- _Data_
Segment Open
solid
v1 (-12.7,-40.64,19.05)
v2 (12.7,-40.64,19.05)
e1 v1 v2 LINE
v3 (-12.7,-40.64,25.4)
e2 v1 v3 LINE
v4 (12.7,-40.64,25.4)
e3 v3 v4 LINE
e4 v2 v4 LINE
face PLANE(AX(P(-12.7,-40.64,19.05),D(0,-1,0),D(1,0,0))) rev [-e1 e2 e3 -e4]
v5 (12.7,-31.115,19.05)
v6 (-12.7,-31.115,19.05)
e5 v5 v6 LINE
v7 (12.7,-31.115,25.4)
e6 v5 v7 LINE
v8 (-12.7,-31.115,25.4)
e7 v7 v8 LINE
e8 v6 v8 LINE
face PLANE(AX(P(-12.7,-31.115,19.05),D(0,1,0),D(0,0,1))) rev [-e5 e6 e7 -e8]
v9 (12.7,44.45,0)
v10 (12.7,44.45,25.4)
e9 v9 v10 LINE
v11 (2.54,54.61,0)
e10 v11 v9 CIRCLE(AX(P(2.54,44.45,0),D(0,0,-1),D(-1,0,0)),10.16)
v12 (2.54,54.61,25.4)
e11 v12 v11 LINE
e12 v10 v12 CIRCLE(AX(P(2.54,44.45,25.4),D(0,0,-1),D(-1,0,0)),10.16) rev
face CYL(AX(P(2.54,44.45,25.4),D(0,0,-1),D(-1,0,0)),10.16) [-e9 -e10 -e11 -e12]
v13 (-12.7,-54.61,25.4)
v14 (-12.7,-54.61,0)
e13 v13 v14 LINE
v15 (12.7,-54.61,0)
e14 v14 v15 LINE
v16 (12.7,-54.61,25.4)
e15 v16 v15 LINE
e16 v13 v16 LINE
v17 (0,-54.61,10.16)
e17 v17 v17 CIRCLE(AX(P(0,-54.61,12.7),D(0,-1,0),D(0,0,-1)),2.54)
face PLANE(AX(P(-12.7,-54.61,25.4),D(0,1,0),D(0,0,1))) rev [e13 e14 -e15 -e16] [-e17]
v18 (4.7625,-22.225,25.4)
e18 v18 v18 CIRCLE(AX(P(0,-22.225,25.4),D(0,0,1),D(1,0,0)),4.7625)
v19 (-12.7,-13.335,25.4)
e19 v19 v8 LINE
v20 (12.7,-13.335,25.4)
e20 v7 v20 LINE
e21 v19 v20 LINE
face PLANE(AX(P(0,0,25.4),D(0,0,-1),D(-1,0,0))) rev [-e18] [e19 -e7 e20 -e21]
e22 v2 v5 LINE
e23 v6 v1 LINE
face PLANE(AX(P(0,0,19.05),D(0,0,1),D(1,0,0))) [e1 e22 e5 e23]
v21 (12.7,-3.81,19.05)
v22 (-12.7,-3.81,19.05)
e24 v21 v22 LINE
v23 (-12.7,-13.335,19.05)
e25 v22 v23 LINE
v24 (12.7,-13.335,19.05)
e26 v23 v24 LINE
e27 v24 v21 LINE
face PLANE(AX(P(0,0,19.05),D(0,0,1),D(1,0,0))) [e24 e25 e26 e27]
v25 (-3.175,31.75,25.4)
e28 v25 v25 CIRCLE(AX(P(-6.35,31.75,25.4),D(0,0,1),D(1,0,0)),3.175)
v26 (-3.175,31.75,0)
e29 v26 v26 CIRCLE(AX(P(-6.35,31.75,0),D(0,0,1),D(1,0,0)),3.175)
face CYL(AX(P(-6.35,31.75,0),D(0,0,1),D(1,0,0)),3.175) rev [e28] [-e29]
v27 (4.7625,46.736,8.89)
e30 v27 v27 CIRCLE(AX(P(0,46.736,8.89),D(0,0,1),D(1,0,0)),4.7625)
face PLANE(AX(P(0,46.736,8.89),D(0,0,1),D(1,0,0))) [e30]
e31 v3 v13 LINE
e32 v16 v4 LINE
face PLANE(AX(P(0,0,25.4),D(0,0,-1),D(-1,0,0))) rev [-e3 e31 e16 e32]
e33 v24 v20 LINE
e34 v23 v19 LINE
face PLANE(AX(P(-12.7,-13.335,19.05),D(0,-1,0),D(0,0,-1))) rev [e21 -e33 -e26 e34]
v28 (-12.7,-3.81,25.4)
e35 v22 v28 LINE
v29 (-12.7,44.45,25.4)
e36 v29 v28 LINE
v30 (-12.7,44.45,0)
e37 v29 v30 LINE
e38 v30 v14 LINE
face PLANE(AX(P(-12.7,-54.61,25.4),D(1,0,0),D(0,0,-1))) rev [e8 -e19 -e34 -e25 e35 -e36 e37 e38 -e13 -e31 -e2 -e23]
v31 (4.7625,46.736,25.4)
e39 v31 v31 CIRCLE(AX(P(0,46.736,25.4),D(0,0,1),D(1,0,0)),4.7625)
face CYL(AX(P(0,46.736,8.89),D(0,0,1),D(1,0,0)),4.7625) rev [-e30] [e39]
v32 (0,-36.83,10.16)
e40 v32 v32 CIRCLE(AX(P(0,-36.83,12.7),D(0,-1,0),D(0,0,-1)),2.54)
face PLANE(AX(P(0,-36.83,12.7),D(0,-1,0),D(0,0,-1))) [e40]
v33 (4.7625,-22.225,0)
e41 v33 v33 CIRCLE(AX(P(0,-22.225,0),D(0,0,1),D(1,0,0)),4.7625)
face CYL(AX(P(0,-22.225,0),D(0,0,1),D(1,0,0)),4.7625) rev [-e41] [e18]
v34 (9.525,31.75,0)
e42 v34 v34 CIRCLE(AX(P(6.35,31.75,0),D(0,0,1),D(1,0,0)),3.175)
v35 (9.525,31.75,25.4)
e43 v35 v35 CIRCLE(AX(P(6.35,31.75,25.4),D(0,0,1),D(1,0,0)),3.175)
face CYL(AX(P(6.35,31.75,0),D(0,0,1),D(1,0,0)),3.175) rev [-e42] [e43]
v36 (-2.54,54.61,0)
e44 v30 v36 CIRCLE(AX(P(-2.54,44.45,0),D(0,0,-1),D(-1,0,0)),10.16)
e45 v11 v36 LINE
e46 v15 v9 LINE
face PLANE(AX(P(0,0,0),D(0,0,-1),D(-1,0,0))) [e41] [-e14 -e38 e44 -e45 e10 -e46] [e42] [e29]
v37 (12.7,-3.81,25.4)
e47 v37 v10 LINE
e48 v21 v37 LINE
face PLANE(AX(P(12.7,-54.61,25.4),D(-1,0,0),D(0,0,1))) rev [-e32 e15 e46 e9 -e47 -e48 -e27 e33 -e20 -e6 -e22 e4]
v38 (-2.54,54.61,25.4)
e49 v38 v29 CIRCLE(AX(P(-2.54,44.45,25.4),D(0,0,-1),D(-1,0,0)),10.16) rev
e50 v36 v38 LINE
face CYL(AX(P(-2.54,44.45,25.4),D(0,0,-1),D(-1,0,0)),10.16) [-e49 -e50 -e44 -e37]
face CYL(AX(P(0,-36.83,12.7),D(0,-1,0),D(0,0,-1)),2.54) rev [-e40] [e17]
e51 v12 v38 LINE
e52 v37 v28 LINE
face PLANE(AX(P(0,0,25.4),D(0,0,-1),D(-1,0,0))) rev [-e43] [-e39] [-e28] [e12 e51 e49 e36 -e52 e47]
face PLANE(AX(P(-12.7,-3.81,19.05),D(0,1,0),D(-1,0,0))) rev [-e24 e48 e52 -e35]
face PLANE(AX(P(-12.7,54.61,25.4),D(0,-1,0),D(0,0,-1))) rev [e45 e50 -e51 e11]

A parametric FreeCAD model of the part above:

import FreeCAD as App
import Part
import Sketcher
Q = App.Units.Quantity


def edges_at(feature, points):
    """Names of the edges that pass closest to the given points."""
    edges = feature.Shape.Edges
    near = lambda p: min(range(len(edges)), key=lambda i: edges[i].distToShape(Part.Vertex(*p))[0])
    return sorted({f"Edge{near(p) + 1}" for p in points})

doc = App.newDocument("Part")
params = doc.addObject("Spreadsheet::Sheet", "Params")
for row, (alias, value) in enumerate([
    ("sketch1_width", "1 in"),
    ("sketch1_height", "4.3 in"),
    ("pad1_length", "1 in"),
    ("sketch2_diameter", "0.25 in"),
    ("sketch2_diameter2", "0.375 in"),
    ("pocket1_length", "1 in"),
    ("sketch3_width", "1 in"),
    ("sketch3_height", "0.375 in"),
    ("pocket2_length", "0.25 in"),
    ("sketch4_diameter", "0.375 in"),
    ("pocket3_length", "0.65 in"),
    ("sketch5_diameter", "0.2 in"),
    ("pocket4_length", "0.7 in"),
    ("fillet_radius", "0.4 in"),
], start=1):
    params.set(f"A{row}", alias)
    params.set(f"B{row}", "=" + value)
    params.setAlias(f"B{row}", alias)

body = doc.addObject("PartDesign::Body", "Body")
Segment Closed
Segment Open
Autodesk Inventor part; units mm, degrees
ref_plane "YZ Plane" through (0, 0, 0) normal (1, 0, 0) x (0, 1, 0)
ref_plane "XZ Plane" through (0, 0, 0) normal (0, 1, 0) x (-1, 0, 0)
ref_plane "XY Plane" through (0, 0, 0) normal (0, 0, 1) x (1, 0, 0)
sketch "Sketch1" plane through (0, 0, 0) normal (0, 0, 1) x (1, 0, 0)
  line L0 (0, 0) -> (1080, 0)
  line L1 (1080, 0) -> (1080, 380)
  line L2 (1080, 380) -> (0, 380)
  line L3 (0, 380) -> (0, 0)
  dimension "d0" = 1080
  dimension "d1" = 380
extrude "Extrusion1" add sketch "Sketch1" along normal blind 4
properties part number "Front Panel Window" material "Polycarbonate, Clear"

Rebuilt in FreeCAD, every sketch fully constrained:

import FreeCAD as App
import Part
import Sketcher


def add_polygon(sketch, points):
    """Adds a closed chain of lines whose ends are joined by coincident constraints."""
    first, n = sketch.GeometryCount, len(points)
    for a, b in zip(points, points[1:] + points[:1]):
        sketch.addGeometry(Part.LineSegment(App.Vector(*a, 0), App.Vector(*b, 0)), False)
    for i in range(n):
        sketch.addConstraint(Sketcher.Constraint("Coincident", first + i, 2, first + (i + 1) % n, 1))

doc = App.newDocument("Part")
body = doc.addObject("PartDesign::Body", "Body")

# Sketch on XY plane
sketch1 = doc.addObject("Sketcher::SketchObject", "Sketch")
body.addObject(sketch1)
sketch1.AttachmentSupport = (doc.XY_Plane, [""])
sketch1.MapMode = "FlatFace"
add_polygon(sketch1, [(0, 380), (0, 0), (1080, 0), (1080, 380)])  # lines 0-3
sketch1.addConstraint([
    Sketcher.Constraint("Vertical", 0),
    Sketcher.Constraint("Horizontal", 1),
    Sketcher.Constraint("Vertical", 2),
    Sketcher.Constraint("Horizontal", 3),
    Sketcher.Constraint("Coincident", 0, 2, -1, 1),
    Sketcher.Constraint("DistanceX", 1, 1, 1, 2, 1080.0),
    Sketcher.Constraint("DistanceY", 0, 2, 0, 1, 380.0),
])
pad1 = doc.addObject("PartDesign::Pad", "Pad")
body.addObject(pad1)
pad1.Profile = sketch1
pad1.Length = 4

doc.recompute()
Segment Closed
Segment Open
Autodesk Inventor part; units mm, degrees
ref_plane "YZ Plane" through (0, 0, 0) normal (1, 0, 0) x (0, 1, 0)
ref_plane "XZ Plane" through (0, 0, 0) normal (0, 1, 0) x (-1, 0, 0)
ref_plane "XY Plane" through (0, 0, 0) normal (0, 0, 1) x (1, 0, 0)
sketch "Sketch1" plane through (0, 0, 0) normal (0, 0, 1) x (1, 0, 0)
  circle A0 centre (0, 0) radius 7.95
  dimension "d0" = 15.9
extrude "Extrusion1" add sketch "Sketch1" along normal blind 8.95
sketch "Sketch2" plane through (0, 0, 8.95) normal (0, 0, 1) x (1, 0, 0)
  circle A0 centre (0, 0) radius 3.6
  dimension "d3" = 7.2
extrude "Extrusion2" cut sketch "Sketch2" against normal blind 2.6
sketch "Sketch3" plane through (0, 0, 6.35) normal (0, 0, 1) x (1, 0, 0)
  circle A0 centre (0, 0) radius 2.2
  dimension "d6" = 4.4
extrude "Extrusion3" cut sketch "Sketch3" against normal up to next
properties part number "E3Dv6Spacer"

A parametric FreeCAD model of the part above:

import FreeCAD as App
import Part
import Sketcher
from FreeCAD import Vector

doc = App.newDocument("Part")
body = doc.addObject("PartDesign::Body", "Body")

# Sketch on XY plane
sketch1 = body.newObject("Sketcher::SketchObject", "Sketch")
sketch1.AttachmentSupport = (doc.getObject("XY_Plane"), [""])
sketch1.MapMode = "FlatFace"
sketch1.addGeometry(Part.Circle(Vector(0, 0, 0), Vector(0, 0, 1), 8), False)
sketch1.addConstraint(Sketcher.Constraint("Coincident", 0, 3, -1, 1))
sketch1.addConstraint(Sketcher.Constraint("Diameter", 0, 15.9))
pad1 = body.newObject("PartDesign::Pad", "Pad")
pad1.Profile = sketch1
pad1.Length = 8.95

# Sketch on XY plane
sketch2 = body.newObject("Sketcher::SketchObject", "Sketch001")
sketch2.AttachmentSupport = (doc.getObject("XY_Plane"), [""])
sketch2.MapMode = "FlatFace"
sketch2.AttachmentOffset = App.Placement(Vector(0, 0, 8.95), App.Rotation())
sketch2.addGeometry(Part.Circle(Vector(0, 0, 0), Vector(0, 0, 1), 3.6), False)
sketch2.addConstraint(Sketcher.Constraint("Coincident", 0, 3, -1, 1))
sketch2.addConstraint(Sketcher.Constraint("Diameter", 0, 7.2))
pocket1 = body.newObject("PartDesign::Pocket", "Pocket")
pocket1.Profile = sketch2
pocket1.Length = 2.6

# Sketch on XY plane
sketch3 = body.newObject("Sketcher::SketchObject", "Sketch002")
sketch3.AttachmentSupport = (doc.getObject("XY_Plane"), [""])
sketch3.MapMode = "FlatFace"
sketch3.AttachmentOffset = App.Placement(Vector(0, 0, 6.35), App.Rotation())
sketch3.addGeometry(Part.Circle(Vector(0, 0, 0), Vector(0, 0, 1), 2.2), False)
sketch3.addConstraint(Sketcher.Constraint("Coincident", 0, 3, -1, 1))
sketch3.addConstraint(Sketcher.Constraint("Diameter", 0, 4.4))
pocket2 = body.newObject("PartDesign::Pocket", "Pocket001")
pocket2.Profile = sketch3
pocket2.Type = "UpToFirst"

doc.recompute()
Segment Closed
- _What the exercise asks_
From the entries above, write out only the lines starting at the line that holds "e40 v32 v32" and ending at the line that holds "face PLANE(AX(P(0,0,25.4),D(0,0,-1),D(-1,0,0))) rev [-e43]", keeping both and matching them exactly.

- _Result for this exercise_
e40 v32 v32 CIRCLE(AX(P(0,-36.83,12.7),D(0,-1,0),D(0,0,-1)),2.54)
face PLANE(AX(P(0,-36.83,12.7),D(0,-1,0),D(0,0,-1))) [e40]
v33 (4.7625,-22.225,0)
e41 v33 v33 CIRCLE(AX(P(0,-22.225,0),D(0,0,1),D(1,0,0)),4.7625)
face CYL(AX(P(0,-22.225,0),D(0,0,1),D(1,0,0)),4.7625) rev [-e41] [e18]
v34 (9.525,31.75,0)
e42 v34 v34 CIRCLE(AX(P(6.35,31.75,0),D(0,0,1),D(1,0,0)),3.175)
v35 (9.525,31.75,25.4)
e43 v35 v35 CIRCLE(AX(P(6.35,31.75,25.4),D(0,0,1),D(1,0,0)),3.175)
face CYL(AX(P(6.35,31.75,0),D(0,0,1),D(1,0,0)),3.175) rev [-e42] [e43]
v36 (-2.54,54.61,0)
e44 v30 v36 CIRCLE(AX(P(-2.54,44.45,0),D(0,0,-1),D(-1,0,0)),10.16)
e45 v11 v36 LINE
e46 v15 v9 LINE
face PLANE(AX(P(0,0,0),D(0,0,-1),D(-1,0,0))) [e41] [-e14 -e38 e44 -e45 e10 -e46] [e42] [e29]
v37 (12.7,-3.81,25.4)
e47 v37 v10 LINE
e48 v21 v37 LINE
face PLANE(AX(P(12.7,-54.61,25.4),D(-1,0,0),D(0,0,1))) rev [-e32 e15 e46 e9 -e47 -e48 -e27 e33 -e20 -e6 -e22 e4]
v38 (-2.54,54.61,25.4)
e49 v38 v29 CIRCLE(AX(P(-2.54,44.45,25.4),D(0,0,-1),D(-1,0,0)),10.16) rev
e50 v36 v38 LINE
face CYL(AX(P(-2.54,44.45,25.4),D(0,0,-1),D(-1,0,0)),10.16) [-e49 -e50 -e44 -e37]
face CYL(AX(P(0,-36.83,12.7),D(0,-1,0),D(0,0,-1)),2.54) rev [-e40] [e17]
e51 v12 v38 LINE
e52 v37 v28 LINE
face PLANE(AX(P(0,0,25.4),D(0,0,-1),D(-1,0,0))) rev [-e43] [-e39] [-e28] [e12 e51 e49 e36 -e52 e47]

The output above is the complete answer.